* TASK BRIEF
Could you repeat word for word only the lines from the one containing "f 44 162 163" to the last line of the data below?

[Start of Attachment]

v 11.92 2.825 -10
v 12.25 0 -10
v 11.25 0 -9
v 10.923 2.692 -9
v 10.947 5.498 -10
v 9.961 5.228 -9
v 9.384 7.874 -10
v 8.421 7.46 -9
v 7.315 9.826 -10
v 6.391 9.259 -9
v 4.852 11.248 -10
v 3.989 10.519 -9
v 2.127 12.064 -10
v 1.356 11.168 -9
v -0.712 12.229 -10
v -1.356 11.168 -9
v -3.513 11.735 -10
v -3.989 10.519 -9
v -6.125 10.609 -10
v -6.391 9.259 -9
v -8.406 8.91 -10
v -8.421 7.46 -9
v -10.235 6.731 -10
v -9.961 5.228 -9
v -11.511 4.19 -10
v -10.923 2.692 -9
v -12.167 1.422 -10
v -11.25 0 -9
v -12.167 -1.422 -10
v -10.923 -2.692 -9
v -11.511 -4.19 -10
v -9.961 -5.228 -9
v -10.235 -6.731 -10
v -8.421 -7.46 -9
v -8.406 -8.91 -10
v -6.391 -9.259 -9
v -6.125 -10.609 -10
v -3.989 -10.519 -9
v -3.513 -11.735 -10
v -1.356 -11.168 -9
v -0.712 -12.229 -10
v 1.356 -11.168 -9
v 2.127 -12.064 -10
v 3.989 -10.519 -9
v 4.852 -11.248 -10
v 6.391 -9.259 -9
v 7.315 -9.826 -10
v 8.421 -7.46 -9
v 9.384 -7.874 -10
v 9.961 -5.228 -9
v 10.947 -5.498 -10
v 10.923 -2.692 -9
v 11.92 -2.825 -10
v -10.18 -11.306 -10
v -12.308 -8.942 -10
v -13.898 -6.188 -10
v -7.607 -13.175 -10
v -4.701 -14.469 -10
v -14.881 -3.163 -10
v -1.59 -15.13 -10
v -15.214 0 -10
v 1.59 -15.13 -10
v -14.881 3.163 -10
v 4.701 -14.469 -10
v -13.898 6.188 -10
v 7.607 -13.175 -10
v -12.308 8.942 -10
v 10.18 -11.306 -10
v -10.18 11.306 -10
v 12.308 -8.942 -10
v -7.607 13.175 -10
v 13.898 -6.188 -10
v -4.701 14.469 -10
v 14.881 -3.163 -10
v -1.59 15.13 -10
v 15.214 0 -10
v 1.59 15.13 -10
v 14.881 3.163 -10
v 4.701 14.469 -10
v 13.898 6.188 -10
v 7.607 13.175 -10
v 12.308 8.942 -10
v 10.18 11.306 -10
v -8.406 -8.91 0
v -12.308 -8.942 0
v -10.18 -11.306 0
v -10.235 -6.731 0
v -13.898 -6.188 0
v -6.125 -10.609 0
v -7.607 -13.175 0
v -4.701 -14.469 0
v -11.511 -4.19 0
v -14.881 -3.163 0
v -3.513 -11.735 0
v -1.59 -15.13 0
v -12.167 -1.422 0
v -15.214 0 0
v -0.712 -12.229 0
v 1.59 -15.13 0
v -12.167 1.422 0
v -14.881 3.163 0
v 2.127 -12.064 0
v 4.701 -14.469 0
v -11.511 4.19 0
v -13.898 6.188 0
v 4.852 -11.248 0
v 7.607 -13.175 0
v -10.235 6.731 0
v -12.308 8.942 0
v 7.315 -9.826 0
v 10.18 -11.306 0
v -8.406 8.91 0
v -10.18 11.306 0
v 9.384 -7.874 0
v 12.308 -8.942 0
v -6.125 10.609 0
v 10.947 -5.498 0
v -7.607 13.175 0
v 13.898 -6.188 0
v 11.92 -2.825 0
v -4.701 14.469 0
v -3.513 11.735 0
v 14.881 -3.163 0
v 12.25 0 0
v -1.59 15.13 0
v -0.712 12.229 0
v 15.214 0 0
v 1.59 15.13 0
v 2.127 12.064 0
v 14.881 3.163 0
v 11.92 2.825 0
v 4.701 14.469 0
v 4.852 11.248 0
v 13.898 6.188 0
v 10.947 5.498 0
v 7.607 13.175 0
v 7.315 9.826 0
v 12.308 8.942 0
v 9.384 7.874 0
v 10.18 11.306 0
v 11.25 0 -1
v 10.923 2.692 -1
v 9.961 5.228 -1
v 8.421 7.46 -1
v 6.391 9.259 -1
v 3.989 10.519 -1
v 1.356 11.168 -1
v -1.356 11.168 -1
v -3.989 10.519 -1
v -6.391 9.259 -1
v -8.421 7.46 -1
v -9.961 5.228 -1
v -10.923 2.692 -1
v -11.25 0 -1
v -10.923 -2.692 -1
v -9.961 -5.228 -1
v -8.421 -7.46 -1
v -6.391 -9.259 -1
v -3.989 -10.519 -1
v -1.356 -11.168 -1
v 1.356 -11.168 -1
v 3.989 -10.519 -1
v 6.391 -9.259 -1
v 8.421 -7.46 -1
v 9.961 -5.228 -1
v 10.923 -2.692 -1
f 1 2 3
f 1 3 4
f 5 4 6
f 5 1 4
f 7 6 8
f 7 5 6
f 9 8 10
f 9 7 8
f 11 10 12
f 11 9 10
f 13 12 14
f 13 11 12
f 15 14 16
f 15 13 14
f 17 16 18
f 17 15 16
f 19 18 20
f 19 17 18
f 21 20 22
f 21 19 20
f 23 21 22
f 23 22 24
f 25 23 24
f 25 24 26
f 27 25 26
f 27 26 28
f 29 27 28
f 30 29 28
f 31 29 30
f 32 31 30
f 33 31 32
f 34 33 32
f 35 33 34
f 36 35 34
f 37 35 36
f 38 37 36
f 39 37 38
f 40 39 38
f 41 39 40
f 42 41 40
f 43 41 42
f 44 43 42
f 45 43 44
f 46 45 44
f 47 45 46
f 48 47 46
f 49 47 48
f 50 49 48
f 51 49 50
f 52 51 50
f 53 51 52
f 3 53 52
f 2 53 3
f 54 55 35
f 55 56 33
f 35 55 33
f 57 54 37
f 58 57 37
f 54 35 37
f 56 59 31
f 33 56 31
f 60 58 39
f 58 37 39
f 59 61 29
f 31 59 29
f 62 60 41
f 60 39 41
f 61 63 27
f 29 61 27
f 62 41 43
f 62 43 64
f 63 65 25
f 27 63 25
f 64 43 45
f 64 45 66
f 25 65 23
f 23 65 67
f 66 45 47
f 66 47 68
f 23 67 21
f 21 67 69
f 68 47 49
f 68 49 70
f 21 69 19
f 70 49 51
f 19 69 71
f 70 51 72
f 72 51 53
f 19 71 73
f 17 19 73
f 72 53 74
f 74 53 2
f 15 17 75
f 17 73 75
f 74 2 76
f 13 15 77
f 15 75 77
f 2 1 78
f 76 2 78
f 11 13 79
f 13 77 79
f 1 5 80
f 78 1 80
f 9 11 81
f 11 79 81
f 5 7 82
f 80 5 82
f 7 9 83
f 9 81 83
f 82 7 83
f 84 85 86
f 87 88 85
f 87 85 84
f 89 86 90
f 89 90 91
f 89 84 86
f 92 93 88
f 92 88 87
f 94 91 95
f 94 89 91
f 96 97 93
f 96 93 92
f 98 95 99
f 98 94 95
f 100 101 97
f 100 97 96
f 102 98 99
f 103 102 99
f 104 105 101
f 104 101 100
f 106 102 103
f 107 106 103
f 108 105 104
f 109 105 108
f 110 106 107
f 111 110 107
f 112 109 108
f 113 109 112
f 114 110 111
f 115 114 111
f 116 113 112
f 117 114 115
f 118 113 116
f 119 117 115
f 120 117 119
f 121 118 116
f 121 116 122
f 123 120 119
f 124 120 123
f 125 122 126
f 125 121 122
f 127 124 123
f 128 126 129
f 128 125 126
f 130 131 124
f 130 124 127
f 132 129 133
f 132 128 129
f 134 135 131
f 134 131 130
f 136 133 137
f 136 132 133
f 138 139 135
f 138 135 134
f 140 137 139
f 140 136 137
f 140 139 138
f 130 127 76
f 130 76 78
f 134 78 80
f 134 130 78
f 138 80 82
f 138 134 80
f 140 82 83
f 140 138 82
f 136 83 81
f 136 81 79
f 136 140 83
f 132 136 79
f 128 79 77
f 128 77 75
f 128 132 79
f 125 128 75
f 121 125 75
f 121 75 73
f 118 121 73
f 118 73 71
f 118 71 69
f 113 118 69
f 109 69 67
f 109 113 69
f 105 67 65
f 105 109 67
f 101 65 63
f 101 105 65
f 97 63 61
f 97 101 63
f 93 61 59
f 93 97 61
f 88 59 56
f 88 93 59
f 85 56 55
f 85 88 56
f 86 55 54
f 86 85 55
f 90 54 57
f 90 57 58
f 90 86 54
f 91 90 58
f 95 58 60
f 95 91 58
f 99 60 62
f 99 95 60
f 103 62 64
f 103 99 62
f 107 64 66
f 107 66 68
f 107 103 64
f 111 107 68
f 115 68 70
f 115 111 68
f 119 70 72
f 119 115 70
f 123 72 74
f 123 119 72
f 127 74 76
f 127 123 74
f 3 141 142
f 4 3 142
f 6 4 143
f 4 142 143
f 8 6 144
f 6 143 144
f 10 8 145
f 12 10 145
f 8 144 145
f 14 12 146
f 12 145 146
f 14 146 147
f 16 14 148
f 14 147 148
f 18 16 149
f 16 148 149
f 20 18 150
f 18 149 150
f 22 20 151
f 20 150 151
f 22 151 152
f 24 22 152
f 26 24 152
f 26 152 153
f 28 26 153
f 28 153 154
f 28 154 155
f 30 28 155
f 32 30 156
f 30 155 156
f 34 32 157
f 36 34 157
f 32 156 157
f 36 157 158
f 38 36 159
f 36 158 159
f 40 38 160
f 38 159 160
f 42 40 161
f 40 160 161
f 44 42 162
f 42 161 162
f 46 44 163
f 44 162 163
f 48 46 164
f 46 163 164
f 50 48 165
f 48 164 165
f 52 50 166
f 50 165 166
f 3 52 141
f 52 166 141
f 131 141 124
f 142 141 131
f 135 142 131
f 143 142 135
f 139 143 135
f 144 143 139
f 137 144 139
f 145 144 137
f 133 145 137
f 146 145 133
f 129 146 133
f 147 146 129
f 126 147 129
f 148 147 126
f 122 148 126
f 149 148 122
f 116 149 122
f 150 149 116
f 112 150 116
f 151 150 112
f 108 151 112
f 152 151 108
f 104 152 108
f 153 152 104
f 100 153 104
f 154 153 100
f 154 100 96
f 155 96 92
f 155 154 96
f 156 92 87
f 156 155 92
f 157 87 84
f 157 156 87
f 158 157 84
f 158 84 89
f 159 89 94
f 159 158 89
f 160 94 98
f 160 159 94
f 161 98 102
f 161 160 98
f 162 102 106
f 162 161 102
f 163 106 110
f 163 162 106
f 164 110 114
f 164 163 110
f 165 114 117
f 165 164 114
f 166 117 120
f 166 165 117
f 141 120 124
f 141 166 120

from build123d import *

# Parameters (mm, degrees)
F0_R     = 11.75
F0_R_2   = 11.25
F1_DEPTH = 10
F2_R     = 15.213548
F2_R_2   = 11.75
F3_DEPTH = 10
F4_SIZE  = 1
F5_SIZE  = 1


with BuildPart() as f1:
    # F0 (on Top) → F1 (new body)
    with BuildSketch(Plane.XY):
        Circle(F0_R)
        Circle(F0_R_2, mode=Mode.SUBTRACT)
    extrude(amount=-F1_DEPTH)

    # F2 (on Top) → F3 (join)
    with BuildSketch(Plane.XY):
        Circle(F2_R)
        Circle(F2_R_2, mode=Mode.SUBTRACT)
    extrude(amount=-F3_DEPTH)

    # F4
    f4_edges = [f1.edges().sort_by_distance(p)[0] for p in [
        (-11.25, 0, 0),
    ]]
    chamfer(f4_edges, length=F4_SIZE)

    # F5
    f5_edges = [f1.edges().sort_by_distance(p)[0] for p in [
        (-11.25, 0, -10),
    ]]
    chamfer(f5_edges, length=F5_SIZE)


solid = f1.part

[End of Attachment]

* YOUR SOLUTION
f 44 162 163
f 48 46 164
f 46 163 164
f 50 48 165
f 48 164 165
f 52 50 166
f 50 165 166
f 3 52 141
f 52 166 141
f 131 141 124
f 142 141 131
f 135 142 131
f 143 142 135
f 139 143 135
f 144 143 139
f 137 144 139
f 145 144 137
f 133 145 137
f 146 145 133
f 129 146 133
f 147 146 129
f 126 147 129
f 148 147 126
f 122 148 126
f 149 148 122
f 116 149 122
f 150 149 116
f 112 150 116
f 151 150 112
f 108 151 112
f 152 151 108
f 104 152 108
f 153 152 104
f 100 153 104
f 154 153 100
f 154 100 96
f 155 96 92
f 155 154 96
f 156 92 87
f 156 155 92
f 157 87 84
f 157 156 87
f 158 157 84
f 158 84 89
f 159 89 94
f 159 158 89
f 160 94 98
f 160 159 94
f 161 98 102
f 161 160 98
f 162 102 106
f 162 161 102
f 163 106 110
f 163 162 106
f 164 110 114
f 164 163 110
f 165 114 117
f 165 164 114
f 166 117 120
f 166 165 117
f 141 120 124
f 141 166 120

from build123d import *

# Parameters (mm, degrees)
F0_R     = 11.75
F0_R_2   = 11.25
F1_DEPTH = 10
F2_R     = 15.213548
F2_R_2   = 11.75
F3_DEPTH = 10
F4_SIZE  = 1
F5_SIZE  = 1


with BuildPart() as f1:
    # F0 (on Top) → F1 (new body)
    with BuildSketch(Plane.XY):
        Circle(F0_R)
        Circle(F0_R_2, mode=Mode.SUBTRACT)
    extrude(amount=-F1_DEPTH)

    # F2 (on Top) → F3 (join)
    with BuildSketch(Plane.XY):
        Circle(F2_R)
        Circle(F2_R_2, mode=Mode.SUBTRACT)
    extrude(amount=-F3_DEPTH)

    # F4
    f4_edges = [f1.edges().sort_by_distance(p)[0] for p in [
        (-11.25, 0, 0),
    ]]
    chamfer(f4_edges, length=F4_SIZE)

    # F5
    f5_edges = [f1.edges().sort_by_distance(p)[0] for p in [
        (-11.25, 0, -10),
    ]]
    chamfer(f5_edges, length=F5_SIZE)


solid = f1.part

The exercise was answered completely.